*Supplied information:*

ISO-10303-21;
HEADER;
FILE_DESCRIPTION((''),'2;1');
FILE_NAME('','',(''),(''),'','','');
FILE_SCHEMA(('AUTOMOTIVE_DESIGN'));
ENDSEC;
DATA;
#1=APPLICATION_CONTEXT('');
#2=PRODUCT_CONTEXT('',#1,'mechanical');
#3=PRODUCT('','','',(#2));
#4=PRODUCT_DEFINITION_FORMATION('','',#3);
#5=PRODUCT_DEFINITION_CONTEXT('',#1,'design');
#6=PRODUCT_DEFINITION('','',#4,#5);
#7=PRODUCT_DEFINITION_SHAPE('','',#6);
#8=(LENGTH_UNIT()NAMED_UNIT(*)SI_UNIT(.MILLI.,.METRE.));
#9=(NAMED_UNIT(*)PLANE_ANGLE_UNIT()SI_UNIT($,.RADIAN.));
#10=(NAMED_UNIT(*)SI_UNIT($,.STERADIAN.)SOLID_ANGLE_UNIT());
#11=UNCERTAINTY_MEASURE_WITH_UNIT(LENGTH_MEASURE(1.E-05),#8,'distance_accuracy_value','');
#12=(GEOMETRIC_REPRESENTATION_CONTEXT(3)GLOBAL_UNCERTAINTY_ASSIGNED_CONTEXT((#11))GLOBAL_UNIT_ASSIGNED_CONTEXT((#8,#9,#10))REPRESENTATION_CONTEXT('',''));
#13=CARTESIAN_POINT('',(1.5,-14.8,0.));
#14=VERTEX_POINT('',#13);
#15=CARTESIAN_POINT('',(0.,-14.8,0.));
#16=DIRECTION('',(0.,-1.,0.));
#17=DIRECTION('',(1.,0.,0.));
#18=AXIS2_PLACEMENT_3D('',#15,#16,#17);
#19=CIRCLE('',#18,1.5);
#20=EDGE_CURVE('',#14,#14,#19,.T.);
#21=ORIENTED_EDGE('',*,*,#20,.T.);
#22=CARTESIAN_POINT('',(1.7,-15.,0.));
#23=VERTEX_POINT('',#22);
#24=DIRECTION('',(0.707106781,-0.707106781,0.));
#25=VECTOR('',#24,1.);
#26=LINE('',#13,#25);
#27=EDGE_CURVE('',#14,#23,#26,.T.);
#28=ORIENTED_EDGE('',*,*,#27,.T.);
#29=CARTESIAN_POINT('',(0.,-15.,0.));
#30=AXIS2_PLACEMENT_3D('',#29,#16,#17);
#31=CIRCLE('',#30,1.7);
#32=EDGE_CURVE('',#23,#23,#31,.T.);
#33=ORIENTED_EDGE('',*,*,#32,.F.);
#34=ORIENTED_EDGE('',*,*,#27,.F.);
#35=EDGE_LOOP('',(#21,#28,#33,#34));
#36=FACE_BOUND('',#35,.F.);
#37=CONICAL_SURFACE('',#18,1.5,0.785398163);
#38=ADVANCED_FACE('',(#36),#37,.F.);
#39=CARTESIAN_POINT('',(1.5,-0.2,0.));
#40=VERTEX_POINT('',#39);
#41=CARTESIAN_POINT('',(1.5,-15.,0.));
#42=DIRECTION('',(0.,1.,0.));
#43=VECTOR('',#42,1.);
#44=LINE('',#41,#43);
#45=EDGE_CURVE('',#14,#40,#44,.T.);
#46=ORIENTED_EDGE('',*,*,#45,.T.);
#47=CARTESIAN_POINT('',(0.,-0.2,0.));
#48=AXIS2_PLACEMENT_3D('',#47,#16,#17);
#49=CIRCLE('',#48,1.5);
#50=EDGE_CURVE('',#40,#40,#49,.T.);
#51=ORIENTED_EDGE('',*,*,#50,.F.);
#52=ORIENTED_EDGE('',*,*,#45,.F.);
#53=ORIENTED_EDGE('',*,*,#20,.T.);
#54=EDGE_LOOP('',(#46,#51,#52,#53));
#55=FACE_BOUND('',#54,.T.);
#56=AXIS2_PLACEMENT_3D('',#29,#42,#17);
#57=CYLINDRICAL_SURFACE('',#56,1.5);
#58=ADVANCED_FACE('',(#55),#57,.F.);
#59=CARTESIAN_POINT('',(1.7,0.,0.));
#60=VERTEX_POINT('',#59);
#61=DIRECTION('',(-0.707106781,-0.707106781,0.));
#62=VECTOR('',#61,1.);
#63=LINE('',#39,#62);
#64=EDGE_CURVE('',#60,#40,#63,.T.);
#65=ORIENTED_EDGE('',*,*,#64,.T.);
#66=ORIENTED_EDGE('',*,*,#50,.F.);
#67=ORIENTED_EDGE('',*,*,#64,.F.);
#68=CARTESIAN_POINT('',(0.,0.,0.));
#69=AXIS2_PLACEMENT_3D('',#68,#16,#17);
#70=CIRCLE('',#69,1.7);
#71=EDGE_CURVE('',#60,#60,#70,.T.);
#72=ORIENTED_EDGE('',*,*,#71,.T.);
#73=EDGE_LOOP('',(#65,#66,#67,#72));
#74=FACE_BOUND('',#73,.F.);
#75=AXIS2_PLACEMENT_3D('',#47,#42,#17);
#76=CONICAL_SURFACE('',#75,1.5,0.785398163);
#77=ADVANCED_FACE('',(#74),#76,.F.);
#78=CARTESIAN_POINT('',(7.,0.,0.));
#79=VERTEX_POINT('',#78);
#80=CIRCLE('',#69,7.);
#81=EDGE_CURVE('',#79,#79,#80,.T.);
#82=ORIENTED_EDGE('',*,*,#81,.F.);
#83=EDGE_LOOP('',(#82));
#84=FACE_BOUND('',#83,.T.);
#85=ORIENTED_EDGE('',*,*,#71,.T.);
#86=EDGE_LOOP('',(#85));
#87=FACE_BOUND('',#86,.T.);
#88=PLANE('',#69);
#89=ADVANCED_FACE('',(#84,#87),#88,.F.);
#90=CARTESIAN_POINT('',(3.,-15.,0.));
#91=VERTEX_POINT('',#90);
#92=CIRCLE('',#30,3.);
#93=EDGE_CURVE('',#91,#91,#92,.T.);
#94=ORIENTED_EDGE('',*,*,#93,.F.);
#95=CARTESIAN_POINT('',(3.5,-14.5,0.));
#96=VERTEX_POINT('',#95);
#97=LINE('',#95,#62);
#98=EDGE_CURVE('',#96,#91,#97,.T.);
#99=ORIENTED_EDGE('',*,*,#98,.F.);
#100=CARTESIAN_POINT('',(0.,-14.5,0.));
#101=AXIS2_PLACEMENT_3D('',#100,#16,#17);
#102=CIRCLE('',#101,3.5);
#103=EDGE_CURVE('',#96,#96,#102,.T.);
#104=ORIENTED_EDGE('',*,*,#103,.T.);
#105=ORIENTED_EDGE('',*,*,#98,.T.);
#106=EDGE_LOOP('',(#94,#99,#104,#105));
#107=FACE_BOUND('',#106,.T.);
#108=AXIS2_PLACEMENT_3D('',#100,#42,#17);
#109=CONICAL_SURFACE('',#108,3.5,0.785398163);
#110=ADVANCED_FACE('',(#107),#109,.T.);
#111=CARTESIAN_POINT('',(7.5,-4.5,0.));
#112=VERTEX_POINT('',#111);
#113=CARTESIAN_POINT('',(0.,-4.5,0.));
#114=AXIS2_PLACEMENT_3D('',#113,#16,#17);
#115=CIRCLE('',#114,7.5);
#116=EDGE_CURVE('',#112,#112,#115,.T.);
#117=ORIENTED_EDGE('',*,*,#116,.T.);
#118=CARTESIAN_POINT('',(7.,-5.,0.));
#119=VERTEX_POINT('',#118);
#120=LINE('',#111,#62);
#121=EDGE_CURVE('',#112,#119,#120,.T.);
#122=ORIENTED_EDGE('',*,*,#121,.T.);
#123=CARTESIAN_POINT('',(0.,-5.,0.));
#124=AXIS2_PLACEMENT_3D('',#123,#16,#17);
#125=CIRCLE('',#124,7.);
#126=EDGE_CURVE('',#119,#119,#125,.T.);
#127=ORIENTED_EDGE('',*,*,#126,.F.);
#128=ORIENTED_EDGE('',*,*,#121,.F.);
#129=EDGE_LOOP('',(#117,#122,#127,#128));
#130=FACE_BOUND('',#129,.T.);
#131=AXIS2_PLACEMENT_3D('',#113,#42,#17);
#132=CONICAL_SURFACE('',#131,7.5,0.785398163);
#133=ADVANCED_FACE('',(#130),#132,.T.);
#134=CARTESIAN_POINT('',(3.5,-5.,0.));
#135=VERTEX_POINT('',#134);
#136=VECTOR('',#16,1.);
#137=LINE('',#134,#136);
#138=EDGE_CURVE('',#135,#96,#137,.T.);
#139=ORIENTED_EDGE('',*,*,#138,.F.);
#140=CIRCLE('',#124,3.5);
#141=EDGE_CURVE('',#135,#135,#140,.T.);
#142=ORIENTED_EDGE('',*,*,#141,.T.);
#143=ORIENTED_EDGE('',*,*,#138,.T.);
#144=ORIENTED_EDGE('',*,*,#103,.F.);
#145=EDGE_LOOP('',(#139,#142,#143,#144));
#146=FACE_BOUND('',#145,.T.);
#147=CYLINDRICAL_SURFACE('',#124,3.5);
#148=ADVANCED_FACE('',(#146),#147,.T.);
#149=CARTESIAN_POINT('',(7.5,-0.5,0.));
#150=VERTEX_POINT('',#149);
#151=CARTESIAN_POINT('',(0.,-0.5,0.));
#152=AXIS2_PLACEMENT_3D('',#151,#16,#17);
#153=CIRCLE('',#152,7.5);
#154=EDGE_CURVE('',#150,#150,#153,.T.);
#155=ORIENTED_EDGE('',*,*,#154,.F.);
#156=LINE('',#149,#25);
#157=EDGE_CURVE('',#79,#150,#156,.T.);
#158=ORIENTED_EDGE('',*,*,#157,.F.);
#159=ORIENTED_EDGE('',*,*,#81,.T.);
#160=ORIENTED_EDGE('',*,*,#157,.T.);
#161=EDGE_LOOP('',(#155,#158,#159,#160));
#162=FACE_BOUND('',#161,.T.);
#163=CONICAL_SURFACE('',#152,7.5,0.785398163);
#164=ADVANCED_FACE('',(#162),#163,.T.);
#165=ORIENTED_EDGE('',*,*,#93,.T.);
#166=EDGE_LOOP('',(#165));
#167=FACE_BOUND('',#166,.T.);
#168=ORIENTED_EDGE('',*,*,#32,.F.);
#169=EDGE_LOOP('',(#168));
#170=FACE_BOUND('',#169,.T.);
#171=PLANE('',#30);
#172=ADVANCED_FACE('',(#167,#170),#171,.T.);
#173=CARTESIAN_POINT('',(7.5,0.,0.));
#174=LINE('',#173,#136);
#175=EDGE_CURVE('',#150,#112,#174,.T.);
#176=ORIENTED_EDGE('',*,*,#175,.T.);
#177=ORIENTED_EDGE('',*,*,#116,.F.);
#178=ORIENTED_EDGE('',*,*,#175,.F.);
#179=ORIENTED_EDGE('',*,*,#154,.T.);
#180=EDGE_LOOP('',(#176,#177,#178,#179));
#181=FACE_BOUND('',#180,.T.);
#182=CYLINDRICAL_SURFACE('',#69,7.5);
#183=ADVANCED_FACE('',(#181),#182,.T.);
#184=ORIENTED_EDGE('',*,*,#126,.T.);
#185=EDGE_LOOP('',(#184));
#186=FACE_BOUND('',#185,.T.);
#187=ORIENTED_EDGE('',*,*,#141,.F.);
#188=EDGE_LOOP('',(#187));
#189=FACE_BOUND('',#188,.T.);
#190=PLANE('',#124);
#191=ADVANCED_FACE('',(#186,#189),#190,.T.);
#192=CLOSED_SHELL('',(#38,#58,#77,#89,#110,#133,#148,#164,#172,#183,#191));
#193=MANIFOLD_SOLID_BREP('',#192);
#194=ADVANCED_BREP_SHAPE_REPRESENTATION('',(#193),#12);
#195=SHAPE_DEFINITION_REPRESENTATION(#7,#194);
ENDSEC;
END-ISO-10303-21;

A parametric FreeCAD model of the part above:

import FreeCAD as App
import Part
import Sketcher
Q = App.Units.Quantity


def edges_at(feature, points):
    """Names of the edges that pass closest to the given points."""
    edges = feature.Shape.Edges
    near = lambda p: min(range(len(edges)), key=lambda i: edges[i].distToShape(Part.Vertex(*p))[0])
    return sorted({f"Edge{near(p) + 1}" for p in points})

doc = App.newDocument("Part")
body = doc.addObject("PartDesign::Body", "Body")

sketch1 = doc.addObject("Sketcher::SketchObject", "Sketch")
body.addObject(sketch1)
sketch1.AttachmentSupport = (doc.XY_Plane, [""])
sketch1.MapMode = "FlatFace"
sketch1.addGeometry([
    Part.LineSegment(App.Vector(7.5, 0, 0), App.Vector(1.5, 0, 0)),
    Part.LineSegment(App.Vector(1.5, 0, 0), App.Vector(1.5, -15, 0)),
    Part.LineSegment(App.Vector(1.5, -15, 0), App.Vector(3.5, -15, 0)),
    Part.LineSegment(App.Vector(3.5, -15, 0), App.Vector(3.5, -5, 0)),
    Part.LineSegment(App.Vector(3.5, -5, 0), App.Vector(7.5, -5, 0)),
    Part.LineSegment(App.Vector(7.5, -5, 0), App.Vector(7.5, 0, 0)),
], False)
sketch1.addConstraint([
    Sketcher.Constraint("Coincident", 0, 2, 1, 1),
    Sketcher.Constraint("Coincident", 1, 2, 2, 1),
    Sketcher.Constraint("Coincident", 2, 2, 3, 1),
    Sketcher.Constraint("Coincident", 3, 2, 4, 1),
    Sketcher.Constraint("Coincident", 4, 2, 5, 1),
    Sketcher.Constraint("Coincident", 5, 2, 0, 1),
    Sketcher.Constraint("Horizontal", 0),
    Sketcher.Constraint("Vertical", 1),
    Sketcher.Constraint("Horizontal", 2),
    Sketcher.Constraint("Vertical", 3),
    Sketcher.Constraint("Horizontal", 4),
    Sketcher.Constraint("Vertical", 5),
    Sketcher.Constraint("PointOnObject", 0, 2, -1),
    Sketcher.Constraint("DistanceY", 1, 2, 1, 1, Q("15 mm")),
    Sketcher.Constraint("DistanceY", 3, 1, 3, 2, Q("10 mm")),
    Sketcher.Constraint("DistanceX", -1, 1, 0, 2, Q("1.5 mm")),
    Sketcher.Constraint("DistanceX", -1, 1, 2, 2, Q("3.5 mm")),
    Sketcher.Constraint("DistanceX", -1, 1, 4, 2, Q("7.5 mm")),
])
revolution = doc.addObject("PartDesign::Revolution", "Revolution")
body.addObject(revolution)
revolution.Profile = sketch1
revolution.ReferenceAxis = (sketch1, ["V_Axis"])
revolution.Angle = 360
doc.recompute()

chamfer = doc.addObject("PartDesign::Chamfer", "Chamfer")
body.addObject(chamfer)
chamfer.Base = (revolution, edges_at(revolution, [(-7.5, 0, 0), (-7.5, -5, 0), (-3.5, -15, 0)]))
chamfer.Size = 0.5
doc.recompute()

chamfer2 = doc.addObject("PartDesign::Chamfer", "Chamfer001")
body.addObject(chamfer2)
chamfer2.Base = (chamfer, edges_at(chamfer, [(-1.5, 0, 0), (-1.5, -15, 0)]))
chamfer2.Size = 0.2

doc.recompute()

*What you will do:* The range runs from the line with "#172=ADVANCED_FACE('',(#167,#170),#171,.T.);" up to and including the line with "A parametric FreeCAD" in the listing above; please write out exactly those lines and nothing more.

*Task solution:*
#172=ADVANCED_FACE('',(#167,#170),#171,.T.);
#173=CARTESIAN_POINT('',(7.5,0.,0.));
#174=LINE('',#173,#136);
#175=EDGE_CURVE('',#150,#112,#174,.T.);
#176=ORIENTED_EDGE('',*,*,#175,.T.);
#177=ORIENTED_EDGE('',*,*,#116,.F.);
#178=ORIENTED_EDGE('',*,*,#175,.F.);
#179=ORIENTED_EDGE('',*,*,#154,.T.);
#180=EDGE_LOOP('',(#176,#177,#178,#179));
#181=FACE_BOUND('',#180,.T.);
#182=CYLINDRICAL_SURFACE('',#69,7.5);
#183=ADVANCED_FACE('',(#181),#182,.T.);
#184=ORIENTED_EDGE('',*,*,#126,.T.);
#185=EDGE_LOOP('',(#184));
#186=FACE_BOUND('',#185,.T.);
#187=ORIENTED_EDGE('',*,*,#141,.F.);
#188=EDGE_LOOP('',(#187));
#189=FACE_BOUND('',#188,.T.);
#190=PLANE('',#124);
#191=ADVANCED_FACE('',(#186,#189),#190,.T.);
#192=CLOSED_SHELL('',(#38,#58,#77,#89,#110,#133,#148,#164,#172,#183,#191));
#193=MANIFOLD_SOLID_BREP('',#192);
#194=ADVANCED_BREP_SHAPE_REPRESENTATION('',(#193),#12);
#195=SHAPE_DEFINITION_REPRESENTATION(#7,#194);
ENDSEC;
END-ISO-10303-21;

A parametric FreeCAD model of the part above:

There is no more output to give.